(Listed records Opens)

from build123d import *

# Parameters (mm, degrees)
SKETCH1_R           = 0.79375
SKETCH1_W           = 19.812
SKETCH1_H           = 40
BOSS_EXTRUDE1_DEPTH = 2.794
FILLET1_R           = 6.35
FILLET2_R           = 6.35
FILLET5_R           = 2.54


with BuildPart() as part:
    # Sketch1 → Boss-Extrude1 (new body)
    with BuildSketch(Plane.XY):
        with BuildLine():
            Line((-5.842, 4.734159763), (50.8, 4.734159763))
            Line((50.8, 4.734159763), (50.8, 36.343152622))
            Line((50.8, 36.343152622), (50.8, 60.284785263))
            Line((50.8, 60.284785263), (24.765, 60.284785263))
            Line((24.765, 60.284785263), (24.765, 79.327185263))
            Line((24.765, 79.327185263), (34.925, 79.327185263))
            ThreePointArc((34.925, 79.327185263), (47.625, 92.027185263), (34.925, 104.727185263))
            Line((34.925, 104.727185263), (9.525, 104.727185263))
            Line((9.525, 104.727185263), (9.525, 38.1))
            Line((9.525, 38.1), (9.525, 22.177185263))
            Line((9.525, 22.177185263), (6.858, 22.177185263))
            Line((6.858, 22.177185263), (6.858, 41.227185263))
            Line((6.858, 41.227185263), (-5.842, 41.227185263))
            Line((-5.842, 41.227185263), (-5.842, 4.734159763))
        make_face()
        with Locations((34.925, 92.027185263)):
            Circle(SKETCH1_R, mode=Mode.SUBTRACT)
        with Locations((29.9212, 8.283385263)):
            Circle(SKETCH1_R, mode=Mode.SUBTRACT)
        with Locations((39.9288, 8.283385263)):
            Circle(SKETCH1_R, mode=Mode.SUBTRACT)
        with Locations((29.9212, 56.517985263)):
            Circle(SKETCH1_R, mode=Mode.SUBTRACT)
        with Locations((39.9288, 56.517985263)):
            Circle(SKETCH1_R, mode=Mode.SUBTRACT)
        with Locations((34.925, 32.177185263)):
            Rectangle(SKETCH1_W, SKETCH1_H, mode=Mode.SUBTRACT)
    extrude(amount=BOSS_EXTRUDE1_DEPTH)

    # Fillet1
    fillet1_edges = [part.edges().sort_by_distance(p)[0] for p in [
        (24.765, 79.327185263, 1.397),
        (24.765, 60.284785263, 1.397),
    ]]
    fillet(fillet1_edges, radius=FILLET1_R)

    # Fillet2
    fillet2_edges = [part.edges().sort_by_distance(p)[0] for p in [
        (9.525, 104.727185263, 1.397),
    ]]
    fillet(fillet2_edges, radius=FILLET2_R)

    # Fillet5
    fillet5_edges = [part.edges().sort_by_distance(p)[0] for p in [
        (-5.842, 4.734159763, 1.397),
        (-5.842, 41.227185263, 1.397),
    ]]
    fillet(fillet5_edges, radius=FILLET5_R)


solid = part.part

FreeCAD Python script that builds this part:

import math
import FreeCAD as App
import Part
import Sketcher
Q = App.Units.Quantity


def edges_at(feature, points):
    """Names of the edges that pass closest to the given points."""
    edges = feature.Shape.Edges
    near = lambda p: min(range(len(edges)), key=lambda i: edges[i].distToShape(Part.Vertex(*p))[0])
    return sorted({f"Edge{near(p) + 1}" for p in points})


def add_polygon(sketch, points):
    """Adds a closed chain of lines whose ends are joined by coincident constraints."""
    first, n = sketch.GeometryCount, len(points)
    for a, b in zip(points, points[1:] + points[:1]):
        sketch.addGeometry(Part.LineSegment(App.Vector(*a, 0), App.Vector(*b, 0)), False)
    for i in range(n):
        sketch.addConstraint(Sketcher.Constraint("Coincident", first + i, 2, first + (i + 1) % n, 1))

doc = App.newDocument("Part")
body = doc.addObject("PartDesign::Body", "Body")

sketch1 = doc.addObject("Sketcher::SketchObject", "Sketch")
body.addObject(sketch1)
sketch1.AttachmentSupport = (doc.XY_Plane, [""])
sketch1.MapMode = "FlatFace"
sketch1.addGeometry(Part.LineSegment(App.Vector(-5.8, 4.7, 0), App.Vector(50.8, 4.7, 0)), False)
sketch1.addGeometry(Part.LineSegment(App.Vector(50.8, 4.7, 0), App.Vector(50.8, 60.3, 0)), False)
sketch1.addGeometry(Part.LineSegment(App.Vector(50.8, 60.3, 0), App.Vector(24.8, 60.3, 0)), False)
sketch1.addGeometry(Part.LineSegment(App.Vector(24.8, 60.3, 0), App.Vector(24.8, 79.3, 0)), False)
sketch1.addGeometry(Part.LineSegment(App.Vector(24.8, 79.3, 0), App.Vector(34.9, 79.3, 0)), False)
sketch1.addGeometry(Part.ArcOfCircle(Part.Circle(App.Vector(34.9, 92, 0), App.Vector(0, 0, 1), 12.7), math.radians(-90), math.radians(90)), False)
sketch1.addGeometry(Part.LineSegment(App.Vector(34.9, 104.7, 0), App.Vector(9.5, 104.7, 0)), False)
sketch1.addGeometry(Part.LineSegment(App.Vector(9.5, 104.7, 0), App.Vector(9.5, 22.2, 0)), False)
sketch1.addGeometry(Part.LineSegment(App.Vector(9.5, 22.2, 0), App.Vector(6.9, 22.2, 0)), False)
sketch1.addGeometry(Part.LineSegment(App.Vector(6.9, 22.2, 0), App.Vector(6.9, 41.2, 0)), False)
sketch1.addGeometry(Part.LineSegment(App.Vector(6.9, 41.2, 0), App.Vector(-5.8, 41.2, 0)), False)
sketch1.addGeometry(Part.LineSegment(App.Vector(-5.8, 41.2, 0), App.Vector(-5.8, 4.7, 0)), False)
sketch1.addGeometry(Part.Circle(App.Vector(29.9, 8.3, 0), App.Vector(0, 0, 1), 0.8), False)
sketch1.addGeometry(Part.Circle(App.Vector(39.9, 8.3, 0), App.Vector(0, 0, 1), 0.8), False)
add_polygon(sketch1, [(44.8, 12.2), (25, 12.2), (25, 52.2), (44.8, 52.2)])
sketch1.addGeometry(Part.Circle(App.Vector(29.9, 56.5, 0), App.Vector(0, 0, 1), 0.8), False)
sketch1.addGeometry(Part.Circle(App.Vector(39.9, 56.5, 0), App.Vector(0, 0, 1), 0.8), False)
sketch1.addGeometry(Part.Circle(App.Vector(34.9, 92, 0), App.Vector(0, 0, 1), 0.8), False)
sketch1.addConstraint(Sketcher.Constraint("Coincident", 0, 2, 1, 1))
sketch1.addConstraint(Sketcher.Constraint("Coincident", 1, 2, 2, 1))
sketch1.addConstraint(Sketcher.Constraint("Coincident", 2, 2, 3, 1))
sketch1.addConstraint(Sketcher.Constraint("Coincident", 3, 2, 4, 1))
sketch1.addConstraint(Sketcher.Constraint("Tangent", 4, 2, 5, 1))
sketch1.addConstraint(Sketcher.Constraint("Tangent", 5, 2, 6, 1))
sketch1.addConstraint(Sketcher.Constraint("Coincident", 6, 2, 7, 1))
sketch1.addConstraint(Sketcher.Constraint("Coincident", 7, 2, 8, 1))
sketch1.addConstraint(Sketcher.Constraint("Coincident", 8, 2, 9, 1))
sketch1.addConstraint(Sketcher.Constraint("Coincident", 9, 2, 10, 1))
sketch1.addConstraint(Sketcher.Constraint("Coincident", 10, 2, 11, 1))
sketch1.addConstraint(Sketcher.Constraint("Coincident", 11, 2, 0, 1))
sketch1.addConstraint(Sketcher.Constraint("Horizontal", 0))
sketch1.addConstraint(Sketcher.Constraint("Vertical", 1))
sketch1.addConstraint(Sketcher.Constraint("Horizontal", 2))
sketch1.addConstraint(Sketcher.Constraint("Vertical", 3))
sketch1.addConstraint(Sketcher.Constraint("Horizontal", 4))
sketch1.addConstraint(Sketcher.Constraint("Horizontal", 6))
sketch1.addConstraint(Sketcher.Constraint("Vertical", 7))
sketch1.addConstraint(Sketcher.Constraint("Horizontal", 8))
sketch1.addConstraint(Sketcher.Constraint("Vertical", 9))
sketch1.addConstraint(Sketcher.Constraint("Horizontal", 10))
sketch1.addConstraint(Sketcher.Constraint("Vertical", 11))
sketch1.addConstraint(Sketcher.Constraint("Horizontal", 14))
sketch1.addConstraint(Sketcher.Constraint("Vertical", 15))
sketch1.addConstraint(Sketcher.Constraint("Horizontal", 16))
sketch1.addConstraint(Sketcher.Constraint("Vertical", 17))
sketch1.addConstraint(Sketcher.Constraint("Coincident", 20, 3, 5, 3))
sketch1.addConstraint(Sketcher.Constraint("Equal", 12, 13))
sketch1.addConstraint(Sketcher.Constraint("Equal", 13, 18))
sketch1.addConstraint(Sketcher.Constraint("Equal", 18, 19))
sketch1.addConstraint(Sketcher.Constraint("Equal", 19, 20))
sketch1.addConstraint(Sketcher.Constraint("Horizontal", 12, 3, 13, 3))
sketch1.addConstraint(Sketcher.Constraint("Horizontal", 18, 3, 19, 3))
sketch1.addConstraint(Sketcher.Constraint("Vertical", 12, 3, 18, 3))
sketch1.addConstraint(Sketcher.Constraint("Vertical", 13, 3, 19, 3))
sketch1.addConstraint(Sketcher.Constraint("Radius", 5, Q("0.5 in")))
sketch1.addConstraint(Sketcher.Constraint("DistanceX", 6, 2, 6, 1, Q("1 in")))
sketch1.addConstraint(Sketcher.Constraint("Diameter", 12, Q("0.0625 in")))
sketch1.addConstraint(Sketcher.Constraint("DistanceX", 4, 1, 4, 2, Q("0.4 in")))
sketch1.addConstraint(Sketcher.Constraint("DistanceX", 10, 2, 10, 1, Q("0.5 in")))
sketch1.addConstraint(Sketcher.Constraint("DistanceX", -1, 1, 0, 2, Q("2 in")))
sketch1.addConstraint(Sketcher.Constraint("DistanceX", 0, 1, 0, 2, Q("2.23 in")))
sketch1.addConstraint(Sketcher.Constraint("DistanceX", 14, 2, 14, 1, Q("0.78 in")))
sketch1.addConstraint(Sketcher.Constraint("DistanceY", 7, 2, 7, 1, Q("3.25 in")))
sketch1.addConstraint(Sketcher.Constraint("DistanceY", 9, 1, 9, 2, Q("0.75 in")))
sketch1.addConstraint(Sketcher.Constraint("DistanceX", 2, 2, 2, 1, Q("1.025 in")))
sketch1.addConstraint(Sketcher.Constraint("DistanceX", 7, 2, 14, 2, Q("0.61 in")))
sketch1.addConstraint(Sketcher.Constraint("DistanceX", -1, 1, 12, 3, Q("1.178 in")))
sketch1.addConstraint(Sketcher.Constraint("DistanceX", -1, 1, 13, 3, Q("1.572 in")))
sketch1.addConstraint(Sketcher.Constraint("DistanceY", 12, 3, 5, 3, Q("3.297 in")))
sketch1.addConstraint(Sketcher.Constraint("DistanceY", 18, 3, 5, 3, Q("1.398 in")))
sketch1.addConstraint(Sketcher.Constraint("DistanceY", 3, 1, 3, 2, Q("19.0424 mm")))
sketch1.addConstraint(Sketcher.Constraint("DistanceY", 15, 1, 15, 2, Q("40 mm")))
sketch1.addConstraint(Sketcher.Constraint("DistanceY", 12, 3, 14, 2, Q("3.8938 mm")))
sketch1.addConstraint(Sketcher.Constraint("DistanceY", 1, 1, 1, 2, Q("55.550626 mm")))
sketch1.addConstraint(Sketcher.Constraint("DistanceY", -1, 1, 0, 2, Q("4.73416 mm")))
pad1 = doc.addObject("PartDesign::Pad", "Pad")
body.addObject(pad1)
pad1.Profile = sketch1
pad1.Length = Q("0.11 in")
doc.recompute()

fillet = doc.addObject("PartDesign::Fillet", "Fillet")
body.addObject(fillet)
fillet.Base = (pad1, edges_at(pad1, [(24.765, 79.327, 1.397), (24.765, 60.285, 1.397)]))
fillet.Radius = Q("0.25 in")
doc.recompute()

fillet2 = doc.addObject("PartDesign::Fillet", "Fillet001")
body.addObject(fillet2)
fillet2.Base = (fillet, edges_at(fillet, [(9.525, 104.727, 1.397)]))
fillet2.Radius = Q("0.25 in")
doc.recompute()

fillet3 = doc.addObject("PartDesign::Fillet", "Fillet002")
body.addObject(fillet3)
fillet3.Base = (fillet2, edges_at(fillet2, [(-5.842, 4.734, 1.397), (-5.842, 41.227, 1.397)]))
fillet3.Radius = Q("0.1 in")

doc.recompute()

(Listed records Closes)

* _Task prompt_
All lines that hold the word "Locations" should be copied from the data.

* _Exercise answer_
        with Locations((34.925, 92.027185263)):
        with Locations((29.9212, 8.283385263)):
        with Locations((39.9288, 8.283385263)):
        with Locations((29.9212, 56.517985263)):
        with Locations((39.9288, 56.517985263)):
        with Locations((34.925, 32.177185263)):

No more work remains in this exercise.